Here's one of my favorites built from reclaimed fir flooring and mixed pallet pieces (sorry for pic quality):









This post is brought to you courtesy of the humble pallet:


----------



## bruc101 (Sep 13, 2008)

That's awesome. Love to see furniture out of reclaimed wood. We get solid surface counter top materials on large skids and have made a lot of farm table legs from the skids. Takes some time to get all the nails out of them but well worth the time and the nail holes add…character that women seem to love.


----------



## canadianchips (Mar 12, 2010)

My boss gave me 6 pallets couple of weekds ago. This is all I made from them SO FAR !
I like re-cycled wood. Old cedar doors are my favorite. Pallets are good too…......because its FREE !


----------



## BentheViking (May 19, 2011)

Considering I have an endless supply of pallets available to me I am going to be watching this forum and hope it does even half as well as "handplanes of your dreams"


----------



## JoeLyddon (Apr 22, 2007)

Very NICE!

That's the way to use Pallets!

Great Job!


----------



## Beginningwoodworker (May 5, 2008)

Nice wood!


----------



## murch (Mar 20, 2011)

Hope this thread runs. Hooray for the Scavengers!!


----------



## Fishfreak911 (Jul 14, 2010)

I have been a dumpster diver all of my life. It started with the need to eat, but I quickly learned that much can be gained for free if ou know what, where, and when to look, and are willing to put invest the elbow grease to make something out of someone else's trash.

Many of my pieces of personal furniture contain much repurposed lumber that would have been otherwise tossed in the trash. Most of said wood was obtained from my employers, manufacturers who toss their scrap when it builds up too much. Here are two examples that contain high percentages of scrap wood.

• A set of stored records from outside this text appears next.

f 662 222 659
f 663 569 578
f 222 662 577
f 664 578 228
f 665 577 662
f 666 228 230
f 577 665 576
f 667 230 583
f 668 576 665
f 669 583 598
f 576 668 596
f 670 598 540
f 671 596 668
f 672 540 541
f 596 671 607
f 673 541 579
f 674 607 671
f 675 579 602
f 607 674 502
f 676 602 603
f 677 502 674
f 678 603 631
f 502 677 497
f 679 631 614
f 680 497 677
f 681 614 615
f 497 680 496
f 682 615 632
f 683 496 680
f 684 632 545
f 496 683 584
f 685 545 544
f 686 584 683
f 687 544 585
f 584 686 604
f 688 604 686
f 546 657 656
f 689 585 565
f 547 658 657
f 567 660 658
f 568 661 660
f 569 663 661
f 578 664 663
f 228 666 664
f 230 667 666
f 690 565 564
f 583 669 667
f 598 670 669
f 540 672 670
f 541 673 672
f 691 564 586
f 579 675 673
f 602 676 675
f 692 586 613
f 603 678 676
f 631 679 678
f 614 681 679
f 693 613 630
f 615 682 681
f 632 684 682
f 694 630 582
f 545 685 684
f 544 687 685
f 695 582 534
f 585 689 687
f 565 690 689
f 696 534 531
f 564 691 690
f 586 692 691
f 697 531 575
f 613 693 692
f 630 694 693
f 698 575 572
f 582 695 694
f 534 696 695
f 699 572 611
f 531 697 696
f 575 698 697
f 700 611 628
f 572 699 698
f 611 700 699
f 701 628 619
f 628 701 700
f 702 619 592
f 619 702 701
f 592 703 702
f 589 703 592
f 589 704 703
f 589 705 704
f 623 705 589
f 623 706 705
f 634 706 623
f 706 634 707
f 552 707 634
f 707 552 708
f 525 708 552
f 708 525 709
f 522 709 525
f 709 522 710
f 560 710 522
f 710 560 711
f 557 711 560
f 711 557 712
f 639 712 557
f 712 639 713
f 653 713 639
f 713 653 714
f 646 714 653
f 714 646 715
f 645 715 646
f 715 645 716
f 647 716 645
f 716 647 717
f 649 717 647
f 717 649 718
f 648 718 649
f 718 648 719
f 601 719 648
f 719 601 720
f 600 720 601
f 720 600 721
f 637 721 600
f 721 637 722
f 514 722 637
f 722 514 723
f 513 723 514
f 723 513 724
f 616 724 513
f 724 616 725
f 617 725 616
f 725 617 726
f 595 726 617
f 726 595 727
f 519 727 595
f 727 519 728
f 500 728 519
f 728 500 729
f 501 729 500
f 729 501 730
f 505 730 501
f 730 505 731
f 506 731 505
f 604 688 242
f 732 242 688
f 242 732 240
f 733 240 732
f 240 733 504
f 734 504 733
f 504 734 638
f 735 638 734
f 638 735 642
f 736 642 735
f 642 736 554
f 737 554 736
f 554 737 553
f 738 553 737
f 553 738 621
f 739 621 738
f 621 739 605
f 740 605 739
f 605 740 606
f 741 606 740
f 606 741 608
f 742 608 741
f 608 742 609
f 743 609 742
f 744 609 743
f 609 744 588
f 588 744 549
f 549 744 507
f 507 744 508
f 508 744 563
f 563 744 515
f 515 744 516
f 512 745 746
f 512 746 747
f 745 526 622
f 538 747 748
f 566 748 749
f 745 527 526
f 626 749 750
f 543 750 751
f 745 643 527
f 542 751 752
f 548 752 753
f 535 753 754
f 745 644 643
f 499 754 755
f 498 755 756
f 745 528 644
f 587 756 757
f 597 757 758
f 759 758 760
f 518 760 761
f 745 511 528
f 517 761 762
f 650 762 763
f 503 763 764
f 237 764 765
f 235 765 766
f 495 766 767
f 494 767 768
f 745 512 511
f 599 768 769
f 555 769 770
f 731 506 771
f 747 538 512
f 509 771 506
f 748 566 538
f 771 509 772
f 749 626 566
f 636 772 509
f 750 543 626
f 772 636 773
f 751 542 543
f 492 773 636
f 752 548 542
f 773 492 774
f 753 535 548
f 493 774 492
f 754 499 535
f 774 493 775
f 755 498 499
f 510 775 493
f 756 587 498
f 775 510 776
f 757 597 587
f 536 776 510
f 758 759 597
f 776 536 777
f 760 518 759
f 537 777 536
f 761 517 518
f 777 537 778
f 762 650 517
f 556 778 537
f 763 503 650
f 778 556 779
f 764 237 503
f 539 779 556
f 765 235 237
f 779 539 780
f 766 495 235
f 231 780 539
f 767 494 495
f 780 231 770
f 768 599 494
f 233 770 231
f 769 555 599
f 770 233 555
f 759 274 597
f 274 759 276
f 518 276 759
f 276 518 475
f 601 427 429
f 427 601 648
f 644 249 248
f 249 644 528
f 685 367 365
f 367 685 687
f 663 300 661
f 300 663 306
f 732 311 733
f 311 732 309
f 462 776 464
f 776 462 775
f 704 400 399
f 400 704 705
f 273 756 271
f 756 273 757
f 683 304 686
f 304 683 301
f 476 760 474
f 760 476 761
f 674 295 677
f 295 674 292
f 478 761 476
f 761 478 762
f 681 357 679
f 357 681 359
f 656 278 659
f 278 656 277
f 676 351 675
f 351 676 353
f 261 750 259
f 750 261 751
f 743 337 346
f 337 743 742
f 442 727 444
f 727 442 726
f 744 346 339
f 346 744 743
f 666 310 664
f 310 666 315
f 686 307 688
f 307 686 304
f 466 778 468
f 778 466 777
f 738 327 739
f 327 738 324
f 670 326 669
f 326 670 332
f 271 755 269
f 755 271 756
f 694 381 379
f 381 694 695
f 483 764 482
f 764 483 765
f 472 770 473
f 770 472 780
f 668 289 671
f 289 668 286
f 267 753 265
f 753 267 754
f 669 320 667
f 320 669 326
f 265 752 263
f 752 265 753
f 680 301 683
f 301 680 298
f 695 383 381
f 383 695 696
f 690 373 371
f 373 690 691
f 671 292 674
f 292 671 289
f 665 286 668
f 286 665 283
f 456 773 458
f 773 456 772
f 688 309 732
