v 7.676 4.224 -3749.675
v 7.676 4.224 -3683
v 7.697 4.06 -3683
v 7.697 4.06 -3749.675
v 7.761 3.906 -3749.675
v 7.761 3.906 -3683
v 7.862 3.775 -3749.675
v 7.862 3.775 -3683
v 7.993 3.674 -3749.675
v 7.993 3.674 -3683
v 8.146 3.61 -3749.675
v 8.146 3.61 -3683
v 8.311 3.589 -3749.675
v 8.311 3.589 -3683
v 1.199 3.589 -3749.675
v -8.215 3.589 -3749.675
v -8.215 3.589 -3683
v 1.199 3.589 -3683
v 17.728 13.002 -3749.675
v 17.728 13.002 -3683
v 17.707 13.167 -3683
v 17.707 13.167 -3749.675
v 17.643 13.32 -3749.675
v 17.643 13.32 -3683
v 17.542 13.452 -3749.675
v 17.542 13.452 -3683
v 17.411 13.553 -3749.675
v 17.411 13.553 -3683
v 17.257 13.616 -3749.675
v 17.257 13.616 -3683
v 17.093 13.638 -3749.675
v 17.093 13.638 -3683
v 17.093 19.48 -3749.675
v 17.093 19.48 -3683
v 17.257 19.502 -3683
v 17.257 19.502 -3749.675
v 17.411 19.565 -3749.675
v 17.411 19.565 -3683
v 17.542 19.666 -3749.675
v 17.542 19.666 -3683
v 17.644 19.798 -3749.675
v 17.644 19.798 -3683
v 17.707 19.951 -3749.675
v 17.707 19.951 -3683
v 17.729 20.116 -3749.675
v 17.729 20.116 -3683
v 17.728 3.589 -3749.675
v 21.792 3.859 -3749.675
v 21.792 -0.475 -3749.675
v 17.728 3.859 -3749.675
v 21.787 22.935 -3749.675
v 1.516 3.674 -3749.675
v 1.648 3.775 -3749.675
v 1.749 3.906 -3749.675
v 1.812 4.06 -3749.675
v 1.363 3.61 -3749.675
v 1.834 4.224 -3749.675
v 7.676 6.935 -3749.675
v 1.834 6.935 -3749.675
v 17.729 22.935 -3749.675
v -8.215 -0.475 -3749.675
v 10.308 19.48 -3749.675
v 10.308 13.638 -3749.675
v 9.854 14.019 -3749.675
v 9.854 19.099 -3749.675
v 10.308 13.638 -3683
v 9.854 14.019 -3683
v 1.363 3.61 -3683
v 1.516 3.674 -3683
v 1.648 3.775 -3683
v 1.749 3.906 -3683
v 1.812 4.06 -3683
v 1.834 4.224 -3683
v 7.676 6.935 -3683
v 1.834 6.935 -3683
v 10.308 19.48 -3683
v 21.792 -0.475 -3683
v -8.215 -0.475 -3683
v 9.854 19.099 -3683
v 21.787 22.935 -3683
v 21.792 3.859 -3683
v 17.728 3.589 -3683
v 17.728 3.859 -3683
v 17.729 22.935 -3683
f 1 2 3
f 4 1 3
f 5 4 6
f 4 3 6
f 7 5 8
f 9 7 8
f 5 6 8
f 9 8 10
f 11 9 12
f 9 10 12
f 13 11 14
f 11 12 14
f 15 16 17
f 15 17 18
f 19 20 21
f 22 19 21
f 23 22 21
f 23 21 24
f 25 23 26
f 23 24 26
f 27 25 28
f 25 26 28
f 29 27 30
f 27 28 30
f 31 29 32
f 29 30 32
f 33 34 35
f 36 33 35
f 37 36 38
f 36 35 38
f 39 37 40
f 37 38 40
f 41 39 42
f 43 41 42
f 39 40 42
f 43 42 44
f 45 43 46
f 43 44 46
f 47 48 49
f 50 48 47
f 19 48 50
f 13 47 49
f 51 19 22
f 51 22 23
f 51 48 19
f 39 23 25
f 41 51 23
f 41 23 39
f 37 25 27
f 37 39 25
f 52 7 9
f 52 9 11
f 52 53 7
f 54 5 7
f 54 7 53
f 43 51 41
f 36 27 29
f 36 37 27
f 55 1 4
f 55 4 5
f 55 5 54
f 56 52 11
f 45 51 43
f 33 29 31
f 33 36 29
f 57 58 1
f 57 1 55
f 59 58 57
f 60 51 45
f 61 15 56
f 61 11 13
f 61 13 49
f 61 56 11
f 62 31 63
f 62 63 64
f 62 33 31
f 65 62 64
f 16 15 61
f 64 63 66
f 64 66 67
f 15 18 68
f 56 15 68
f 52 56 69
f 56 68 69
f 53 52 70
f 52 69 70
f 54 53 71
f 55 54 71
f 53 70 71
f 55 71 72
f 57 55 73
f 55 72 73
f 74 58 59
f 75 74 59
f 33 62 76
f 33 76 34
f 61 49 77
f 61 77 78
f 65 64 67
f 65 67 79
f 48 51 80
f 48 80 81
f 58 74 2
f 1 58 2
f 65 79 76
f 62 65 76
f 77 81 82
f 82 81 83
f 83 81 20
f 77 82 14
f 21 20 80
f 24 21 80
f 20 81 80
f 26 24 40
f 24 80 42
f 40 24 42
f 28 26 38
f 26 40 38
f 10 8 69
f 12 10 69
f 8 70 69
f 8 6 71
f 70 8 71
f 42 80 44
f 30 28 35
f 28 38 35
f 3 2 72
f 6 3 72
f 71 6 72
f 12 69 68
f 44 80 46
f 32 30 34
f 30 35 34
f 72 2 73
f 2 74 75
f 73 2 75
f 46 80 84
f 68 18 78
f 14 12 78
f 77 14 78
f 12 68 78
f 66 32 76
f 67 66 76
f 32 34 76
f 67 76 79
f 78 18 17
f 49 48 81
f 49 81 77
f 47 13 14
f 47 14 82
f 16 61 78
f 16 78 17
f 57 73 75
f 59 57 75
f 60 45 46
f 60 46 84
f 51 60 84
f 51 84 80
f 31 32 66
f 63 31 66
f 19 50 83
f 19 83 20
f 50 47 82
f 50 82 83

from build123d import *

# Parameters (mm, degrees)
BOSS_EXTRUDE1_DEPTH = 66.675
CUT_EXTRUDE1_REACH  = 75.8
CUT_EXTRUDE2_REACH  = 75.8
SKETCH6_W           = 5.842
SKETCH6_H           = 4.878381591
CUT_EXTRUDE4_DEPTH  = 74.800184057


with BuildPart() as part:
    # Sketch1 → Boss-Extrude1 (new body)
    with BuildSketch(Plane(origin=(0, 0, -3683), x_dir=(-1, 0, 0), z_dir=(0, 0, -1))):
        with BuildLine():
            Line((7.945265893, 3.588862728), (-1.198734107, 3.588862728))
            ThreePointArc((-1.198734107, 3.588862728), (-1.647746913, 3.774849922), (-1.833734107, 4.223862728))
            Line((-1.833734107, 4.223862728), (-1.833734107, 5.747862728))
            ThreePointArc((-1.833734107, 5.747862728), (-1.647746913, 6.196875535), (-1.198734107, 6.382862728))
            Line((-1.198734107, 6.382862728), (1.621629442, 6.382862728))
            Line((1.621629442, 6.382862728), (1.621629442, 6.890862686))
            Line((1.621629442, 6.890862686), (-2.214734107, 11.462862728))
            Line((-2.214734107, 11.462862728), (-7.294734107, 11.462862728))
            Line((-7.294734107, 11.462862728), (-11.131097656, 6.890862686))
            Line((-11.131097656, 6.890862686), (-11.131097656, 6.382862728))
            Line((-11.131097656, 6.382862728), (-8.310734107, 6.382862728))
            ThreePointArc((-8.310734107, 6.382862728), (-7.861721301, 6.196875535), (-7.675734107, 5.747862728))
            Line((-7.675734107, 5.747862728), (-7.675734107, 4.223862728))
            ThreePointArc((-7.675734107, 4.223862728), (-7.861721301, 3.774849922), (-8.310734107, 3.588862728))
            Line((-8.310734107, 3.588862728), (-17.454734107, 3.588862728))
            Line((-17.454734107, 3.588862728), (-17.727921752, 3.588862728))
            Line((-17.727921752, 3.588862728), (-17.727921752, 3.858842754))
            Line((-17.727921752, 3.858842754), (-17.728361466, 13.002372481))
            ThreePointArc((-17.728361466, 13.002372481), (-17.542256287, 13.451715967), (-17.092921752, 13.637842754))
            Line((-17.092921752, 13.637842754), (-15.568921752, 13.637842754))
            ThreePointArc((-15.568921752, 13.637842754), (-15.119908946, 13.45185556), (-14.933921752, 13.002842754))
            Line((-14.933921752, 13.002842754), (-14.933921752, 10.182479205))
            Line((-14.933921752, 10.182479205), (-14.425921794, 10.182479205))
            Line((-14.425921794, 10.182479205), (-9.853921752, 14.018842754))
            Line((-9.853921752, 14.018842754), (-9.853921752, 19.098842754))
            Line((-9.853921752, 19.098842754), (-14.425921794, 22.935206303))
            Line((-14.425921794, 22.935206303), (-14.933921752, 22.935206303))
            Line((-14.933921752, 22.935206303), (-14.933921752, 20.114842754))
            ThreePointArc((-14.933921752, 20.114842754), (-15.119908946, 19.665829948), (-15.568921752, 19.479842754))
            Line((-15.568921752, 19.479842754), (-17.092921752, 19.479842754))
            ThreePointArc((-17.092921752, 19.479842754), (-17.542476558, 19.66604812), (-17.728703542, 20.11559397))
            Line((-17.728703542, 20.11559397), (-17.728839138, 22.935206303))
            Line((-17.728839138, 22.935206303), (-21.787214199, 22.935206303))
            Line((-21.787214199, 22.935206303), (-21.791921752, 3.859128788))
            Line((-21.791921752, 3.859128788), (-21.791921752, 3.588862728))
            Line((-21.791921752, 3.588862728), (-21.791921752, -0.475137272))
            Line((-21.791921752, -0.475137272), (-17.727921752, -0.475137272))
            Line((-17.727921752, -0.475137272), (-17.454774021, -0.475137272))
            Line((-17.454774021, -0.475137272), (7.945225979, -0.475137272))
            Line((7.945225979, -0.475137272), (8.215492039, -0.475137272))
            Line((8.215492039, -0.475137272), (8.215492039, 3.588862728))
            Line((8.215492039, 3.588862728), (7.945265893, 3.588862728))
        make_face()
    extrude(amount=BOSS_EXTRUDE1_DEPTH)

    # Sketch2 → Cut-Extrude1 (cut, up to next)
    with BuildSketch(Plane.XY.offset(-3683), mode=Mode.PRIVATE) as cut_extrude1_sk1:
        with BuildLine():
            Line((11.131097656, 6.890862686), (11.131097656, 6.382862728))
            Line((11.131097656, 6.382862728), (8.310734107, 6.382862728))
            ThreePointArc((8.310734107, 6.382862728), (7.861721301, 6.196875535), (7.675734107, 5.747862728))
            Line((7.675734107, 5.747862728), (7.675734107, 11.00880461))
            Line((7.675734107, 11.00880461), (11.131097656, 6.890862686))
        make_face()
    cut_extrude1_tool1 = extrude(cut_extrude1_sk1.sketch, amount=-CUT_EXTRUDE1_REACH, mode=Mode.PRIVATE) & part.part
    # Sketch2 → Cut-Extrude1 (cut, up to next)
    with BuildSketch(Plane.XY.offset(-3683), mode=Mode.PRIVATE) as cut_extrude1_sk2:
        with BuildLine():
            Line((1.833734107, 5.747862728), (1.833734107, 11.00880461))
            Line((1.833734107, 11.00880461), (-1.621629442, 6.890862686))
            Line((-1.621629442, 6.890862686), (-1.621629442, 6.382862728))
            Line((-1.621629442, 6.382862728), (1.198734107, 6.382862728))
            ThreePointArc((1.198734107, 6.382862728), (1.647746913, 6.196875535), (1.833734107, 5.747862728))
        make_face()
    cut_extrude1_tool2 = extrude(cut_extrude1_sk2.sketch, amount=-CUT_EXTRUDE1_REACH, mode=Mode.PRIVATE) & part.part
    add(cut_extrude1_tool1.solids().sort_by_distance((8.930632, 7.925168, -3683))[0], mode=Mode.SUBTRACT)
    add(cut_extrude1_tool2.solids().sort_by_distance((0.578837, 7.925168, -3683))[0], mode=Mode.SUBTRACT)

    # Sketch3 → Cut-Extrude2 (cut, up to next)
    with BuildSketch(Plane.XY.offset(-3683), mode=Mode.PRIVATE) as cut_extrude2_sk1:
        with BuildLine():
            Line((15.568921752, 19.479842754), (10.307979871, 19.479842754))
            Line((10.307979871, 19.479842754), (14.425921794, 22.935206303))
            Line((14.425921794, 22.935206303), (14.933921752, 22.935206303))
            Line((14.933921752, 22.935206303), (14.933921752, 20.114842754))
            ThreePointArc((14.933921752, 20.114842754), (15.119908946, 19.665829948), (15.568921752, 19.479842754))
        make_face()
    cut_extrude2_tool1 = extrude(cut_extrude2_sk1.sketch, amount=-CUT_EXTRUDE2_REACH, mode=Mode.PRIVATE) & part.part
    # Sketch3 → Cut-Extrude2 (cut, up to next)
    with BuildSketch(Plane.XY.offset(-3683), mode=Mode.PRIVATE) as cut_extrude2_sk2:
        with BuildLine():
            Line((10.307979871, 13.637842754), (14.425921794, 10.182479205))
            Line((14.425921794, 10.182479205), (14.933921752, 10.182479205))
            Line((14.933921752, 10.182479205), (14.933921752, 13.002842754))
            ThreePointArc((14.933921752, 13.002842754), (15.119908946, 13.45185556), (15.568921752, 13.637842754))
            Line((15.568921752, 13.637842754), (10.307979871, 13.637842754))
        make_face()
    cut_extrude2_tool2 = extrude(cut_extrude2_sk2.sketch, amount=-CUT_EXTRUDE2_REACH, mode=Mode.PRIVATE) & part.part
    add(cut_extrude2_tool1.solids().sort_by_distance((13.391616, 20.73474, -3683))[0], mode=Mode.SUBTRACT)
    add(cut_extrude2_tool2.solids().sort_by_distance((13.391616, 12.382945, -3683))[0], mode=Mode.SUBTRACT)

    # Sketch6 → Cut-Extrude4 (cut, through all)
    with BuildSketch(Plane(origin=(0, 0, -3749.675), x_dir=(-1, 0, 0), z_dir=(0, 0, -1))):
        with Locations((-4.754734107, 9.374581689)):
            Rectangle(SKETCH6_W, SKETCH6_H)
    extrude(amount=-CUT_EXTRUDE4_DEPTH, mode=Mode.SUBTRACT)


solid = part.part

First, I found a used 4×4 used to sticker an incoming lift of lumber. I noticed how heavy it was and took it home before it got tossed. It turned out to be a gorgeous, refractive piece of hardwood with a warm orange glow to it. I paired it with some pieces of ebony I had left over from another project, and voila! A christma gift for my wife. We love it, and it sits proudly on our fireplace mantle.





The next piece is a 5 drawer chest made from old discarded mahogany doors. I literally pulled this solid Genuine Mahogany from a 40yd, dumpster at a door & window manufacturer.



Note the pieces of dowels showing in the underside of the lid. They are kind of like battle scars.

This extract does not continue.